Ob hier mit zweierlei Maß bei der Leistungsbeurteilung dieses Keepers gemessen wurde? Diese Frage konnte man sich durchaus beim gestrigen Spiel gegen Kroatien stellen? Denn wenn ein Torwart hinter einer sehr tief gestaffelten Abwehr nach Balleroberung die Kugel fast immer so weit wie möglich in die gegnerische Hälfte drischt, dass ein großes Loch zwischen der eigenen Defensive und der Offensive klafft, dann geht es hier wohl nicht allein um den technischen Paß, sondern auch um die taktische Sinnhaftigkeit dieser Entscheidung? Es war nur eine Frage der Zeit, wann seine Vorderleute aufgrund der langen Laufwege den konditionellen Tribut zahlen mußten. Auch und gerade, weil der Torwart eine Schlüsselfunktion hat, das gesamte Spielfeld überblicken kann, ist er mitverantwortlich für kluge Spieleröffnungen.
Nicht nur beim 2. Tor, sondern auch bei einigen anderen Aktionen sah der junge Keeper unentschlossen aus. Es ging schließlich auch für ihn um viel. Aber warum sollen nur seine Mitspieler nervös sein dürfen?
Aber ich möchte den Keeper gern auch in Schutz nehmen! Denn vielerorts wird nach wie vor isoliert und nicht spielnah trainiert, sodass sie im Training nicht alle wichtigen Erfahrungen sammeln können für den Wettkampf.
Tauscht endlich Pylonen, Hütchen, Stangen, ect. als wichtige Signalgeber gegen echte lebenige Spieler aus. So, wie ihr es mit der Mannschaft macht, ist es gut! Denn im Spiel ist fast alles in Bewegung, aber euer Trainingsmaterial ist es nicht. Um zu wissen, wie die Mitspieler und Gegner "ticken" muß man auch die Torleute alles machen lassen, was die Mitspieler machen dürfen. Um zu verstehen, was man macht bzw. besser nicht macht, macht man es!
Vielfach enden die Trainingsübungen mit dem Torschuß, weshalb man nach solchen Aktionen ein "abschalten" der Mitspieler feststellt. Doch im Wettkampf landen (beim guten Keeper) nur sehr wenig Bälle im Tor, sodass die Übung eigentlich erst mit der wettkampfnahen Spieleröffnung als abgeschlossen gilt.

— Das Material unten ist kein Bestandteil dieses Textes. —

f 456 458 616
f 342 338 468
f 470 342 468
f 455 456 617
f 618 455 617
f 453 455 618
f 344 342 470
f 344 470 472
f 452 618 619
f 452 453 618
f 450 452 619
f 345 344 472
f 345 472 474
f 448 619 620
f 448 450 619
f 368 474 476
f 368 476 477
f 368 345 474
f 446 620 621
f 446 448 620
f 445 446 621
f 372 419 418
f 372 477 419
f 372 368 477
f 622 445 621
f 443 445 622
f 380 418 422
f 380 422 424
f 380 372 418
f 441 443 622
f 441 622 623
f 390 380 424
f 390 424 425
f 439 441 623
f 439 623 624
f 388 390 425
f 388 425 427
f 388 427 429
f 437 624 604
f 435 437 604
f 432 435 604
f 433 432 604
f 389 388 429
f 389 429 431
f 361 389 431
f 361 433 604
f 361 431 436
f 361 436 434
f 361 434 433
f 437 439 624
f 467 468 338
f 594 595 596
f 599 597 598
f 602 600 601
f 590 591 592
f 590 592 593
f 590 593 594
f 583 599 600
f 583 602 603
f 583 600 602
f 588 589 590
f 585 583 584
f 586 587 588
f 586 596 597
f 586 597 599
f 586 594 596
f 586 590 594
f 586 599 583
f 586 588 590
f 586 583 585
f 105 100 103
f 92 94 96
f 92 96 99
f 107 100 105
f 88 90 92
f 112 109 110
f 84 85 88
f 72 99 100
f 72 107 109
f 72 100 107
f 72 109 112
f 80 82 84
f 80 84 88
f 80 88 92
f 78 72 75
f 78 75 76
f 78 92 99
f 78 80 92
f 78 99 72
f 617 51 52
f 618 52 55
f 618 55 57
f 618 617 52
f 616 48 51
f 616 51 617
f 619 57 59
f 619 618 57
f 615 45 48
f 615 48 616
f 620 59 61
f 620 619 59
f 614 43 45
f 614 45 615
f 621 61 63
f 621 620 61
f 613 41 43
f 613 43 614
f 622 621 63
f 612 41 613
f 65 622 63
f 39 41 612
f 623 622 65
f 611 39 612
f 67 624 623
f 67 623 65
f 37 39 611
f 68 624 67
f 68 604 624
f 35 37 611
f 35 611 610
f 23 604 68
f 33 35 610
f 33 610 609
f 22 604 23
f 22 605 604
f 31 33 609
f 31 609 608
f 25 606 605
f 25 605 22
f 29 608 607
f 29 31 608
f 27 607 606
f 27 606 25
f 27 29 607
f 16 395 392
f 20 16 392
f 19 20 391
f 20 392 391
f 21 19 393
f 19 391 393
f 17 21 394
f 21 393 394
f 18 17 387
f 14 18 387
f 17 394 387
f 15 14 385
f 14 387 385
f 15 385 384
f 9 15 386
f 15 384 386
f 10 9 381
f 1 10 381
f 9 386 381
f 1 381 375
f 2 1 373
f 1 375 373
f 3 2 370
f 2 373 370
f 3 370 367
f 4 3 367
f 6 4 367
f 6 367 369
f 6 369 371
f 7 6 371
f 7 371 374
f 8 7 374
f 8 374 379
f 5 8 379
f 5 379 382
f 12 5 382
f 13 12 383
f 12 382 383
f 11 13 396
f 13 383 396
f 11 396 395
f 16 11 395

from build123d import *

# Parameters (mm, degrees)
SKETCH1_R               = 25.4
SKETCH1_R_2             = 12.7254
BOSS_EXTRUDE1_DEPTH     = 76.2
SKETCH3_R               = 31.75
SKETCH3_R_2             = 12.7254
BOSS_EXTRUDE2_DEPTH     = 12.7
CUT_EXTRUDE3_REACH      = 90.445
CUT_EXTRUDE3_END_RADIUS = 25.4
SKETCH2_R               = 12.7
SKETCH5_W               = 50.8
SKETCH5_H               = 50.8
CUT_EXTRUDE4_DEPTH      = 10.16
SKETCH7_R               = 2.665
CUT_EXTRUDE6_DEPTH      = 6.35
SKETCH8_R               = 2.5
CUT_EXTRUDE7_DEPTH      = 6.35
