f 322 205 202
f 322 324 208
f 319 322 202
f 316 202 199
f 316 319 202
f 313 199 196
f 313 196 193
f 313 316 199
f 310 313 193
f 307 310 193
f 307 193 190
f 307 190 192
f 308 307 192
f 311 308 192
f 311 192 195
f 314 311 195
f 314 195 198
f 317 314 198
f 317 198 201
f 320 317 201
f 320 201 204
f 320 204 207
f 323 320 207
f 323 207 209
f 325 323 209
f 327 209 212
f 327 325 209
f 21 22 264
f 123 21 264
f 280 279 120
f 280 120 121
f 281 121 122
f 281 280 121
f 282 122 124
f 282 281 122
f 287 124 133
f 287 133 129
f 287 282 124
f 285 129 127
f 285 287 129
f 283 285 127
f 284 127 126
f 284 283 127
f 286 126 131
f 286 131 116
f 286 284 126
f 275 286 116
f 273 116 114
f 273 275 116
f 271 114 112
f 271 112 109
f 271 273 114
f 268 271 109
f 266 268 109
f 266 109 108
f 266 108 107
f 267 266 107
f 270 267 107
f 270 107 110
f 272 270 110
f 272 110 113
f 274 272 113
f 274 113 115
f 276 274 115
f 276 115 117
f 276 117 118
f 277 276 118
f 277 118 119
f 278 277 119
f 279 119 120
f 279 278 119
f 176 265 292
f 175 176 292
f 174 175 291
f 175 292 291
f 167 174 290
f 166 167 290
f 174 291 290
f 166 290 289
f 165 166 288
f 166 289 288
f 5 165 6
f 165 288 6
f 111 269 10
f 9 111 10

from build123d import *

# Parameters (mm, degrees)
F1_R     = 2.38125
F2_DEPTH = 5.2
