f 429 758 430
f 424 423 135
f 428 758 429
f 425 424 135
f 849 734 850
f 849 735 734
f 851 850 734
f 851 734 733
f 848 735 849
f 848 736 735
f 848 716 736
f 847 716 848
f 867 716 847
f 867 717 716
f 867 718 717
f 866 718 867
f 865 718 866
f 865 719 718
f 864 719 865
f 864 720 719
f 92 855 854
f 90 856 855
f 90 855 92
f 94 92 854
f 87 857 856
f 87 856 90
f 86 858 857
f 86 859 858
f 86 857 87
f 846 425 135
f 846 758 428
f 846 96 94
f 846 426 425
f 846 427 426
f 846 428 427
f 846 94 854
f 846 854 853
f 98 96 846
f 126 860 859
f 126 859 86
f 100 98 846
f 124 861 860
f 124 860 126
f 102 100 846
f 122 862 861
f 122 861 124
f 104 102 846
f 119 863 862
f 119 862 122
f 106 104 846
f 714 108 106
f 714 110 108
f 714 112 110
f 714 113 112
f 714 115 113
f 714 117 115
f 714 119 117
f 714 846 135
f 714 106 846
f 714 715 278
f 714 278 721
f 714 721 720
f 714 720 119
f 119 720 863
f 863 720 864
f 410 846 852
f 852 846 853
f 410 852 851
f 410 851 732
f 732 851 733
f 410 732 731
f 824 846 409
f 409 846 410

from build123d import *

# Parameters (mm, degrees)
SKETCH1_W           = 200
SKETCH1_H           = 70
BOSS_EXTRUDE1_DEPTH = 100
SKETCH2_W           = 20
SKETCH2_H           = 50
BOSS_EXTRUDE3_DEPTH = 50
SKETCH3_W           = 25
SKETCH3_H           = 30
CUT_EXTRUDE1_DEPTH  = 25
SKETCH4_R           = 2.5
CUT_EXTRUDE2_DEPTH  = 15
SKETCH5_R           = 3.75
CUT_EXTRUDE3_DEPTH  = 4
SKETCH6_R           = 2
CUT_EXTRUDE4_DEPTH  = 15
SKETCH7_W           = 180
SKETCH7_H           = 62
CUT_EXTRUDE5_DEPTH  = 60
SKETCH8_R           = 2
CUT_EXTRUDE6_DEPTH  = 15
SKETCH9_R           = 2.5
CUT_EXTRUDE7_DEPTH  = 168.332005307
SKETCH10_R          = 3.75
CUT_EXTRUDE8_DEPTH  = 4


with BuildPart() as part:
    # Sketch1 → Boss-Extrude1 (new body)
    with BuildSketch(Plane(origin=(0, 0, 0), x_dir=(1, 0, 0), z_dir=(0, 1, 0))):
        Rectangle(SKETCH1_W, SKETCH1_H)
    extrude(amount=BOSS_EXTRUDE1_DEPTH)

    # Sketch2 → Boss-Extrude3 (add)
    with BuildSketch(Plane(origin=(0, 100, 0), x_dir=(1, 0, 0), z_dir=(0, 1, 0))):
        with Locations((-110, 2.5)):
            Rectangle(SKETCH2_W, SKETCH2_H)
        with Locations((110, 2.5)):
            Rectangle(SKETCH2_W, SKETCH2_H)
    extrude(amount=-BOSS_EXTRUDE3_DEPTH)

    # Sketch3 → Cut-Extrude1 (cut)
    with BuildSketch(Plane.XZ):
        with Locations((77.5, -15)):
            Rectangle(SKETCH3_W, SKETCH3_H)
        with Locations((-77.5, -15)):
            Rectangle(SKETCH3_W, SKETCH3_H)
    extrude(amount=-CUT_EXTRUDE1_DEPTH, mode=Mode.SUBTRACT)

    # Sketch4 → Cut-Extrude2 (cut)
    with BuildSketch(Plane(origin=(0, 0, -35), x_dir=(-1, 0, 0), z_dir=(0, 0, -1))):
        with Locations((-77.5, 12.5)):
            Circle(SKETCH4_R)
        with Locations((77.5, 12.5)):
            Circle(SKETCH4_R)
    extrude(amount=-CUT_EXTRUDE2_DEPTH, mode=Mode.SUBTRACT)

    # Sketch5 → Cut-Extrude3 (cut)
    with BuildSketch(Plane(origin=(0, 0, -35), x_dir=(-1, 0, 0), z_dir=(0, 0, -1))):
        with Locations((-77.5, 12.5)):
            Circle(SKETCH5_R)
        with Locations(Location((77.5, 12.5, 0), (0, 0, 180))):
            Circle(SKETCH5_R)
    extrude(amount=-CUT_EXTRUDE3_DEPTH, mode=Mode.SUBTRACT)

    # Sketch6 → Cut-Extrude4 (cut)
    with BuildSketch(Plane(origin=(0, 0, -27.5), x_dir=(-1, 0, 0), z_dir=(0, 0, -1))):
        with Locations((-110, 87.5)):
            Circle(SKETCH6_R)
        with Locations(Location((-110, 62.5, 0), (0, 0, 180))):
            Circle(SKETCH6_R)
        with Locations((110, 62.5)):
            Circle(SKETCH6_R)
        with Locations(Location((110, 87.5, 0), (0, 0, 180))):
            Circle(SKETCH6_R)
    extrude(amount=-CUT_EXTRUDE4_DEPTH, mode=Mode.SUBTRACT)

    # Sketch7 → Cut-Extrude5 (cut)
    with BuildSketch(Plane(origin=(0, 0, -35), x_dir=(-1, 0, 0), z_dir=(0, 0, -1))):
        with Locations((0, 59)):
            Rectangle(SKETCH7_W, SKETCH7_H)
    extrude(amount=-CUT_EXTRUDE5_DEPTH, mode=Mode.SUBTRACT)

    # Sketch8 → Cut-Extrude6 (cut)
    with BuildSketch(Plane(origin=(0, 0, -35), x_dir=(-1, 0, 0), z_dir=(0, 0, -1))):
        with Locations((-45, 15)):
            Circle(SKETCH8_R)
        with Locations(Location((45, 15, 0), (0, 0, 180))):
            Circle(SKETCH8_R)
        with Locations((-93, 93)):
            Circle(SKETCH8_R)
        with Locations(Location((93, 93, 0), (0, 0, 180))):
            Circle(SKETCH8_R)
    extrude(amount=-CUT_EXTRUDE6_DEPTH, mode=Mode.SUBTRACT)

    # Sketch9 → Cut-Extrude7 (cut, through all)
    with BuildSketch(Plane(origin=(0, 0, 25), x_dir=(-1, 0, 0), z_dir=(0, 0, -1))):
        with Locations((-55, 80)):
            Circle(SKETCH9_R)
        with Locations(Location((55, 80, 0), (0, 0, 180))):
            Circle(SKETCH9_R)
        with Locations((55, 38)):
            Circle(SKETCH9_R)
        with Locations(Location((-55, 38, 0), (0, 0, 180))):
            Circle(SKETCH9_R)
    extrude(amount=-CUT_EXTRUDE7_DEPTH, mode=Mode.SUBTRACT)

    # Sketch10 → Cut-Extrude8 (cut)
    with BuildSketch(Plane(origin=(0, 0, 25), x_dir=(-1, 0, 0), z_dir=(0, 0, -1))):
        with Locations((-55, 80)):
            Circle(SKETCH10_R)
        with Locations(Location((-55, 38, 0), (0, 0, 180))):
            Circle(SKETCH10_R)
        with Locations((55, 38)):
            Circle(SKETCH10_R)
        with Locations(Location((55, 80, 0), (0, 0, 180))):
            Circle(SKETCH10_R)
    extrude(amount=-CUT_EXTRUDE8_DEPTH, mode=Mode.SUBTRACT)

Wie aber soll ein Keeper das lernen, wenn er nur durch Trainingstore werfen oder schießen darf? Denn die bewegen sich ja nicht. Auch gibt es dabei keine Gegner, die plötzlich den Laufweg des Mitspielers kreuzen.
Selbst die Analyse über erfolgreiche Spieleröffnungen stimmt nicht immer. Denn es wird dabei meist vergessen, dass die Mitspieler bzw. die Gegner bei der Ballverarbeitung entscheidend mitwirken.
Spricht nicht so viel über die Torleute, sondern hört ihnen einfach mal zu. Denn dann werdet ihr feststellen, dass eure Sichtweise häufig nicht mit der übereinstimmt, wie sie vom Keeper bei seinen Aktionen wahrgenommen wird.
Wichtig ist es über den Punkt: "unhaltbar" oder "haltbar" hinaus eine Analyse zu machen. Denn es geht vielmehr darum zunächst über Varianten mit höherer Erfolgswahrscheinlichkeit zu sprechen und die dann realitätsnah zu trainieren, damit ein Bezug zwischen "vorher" und "nachher" möglich ist. Denn es geht nicht um ein Bild, was in der Phantasie des Trainers entsteht, sondern um die Summe der Bewegungsabläufe, die unterschiedlich wahrgenommen und interpretiert werden wollen.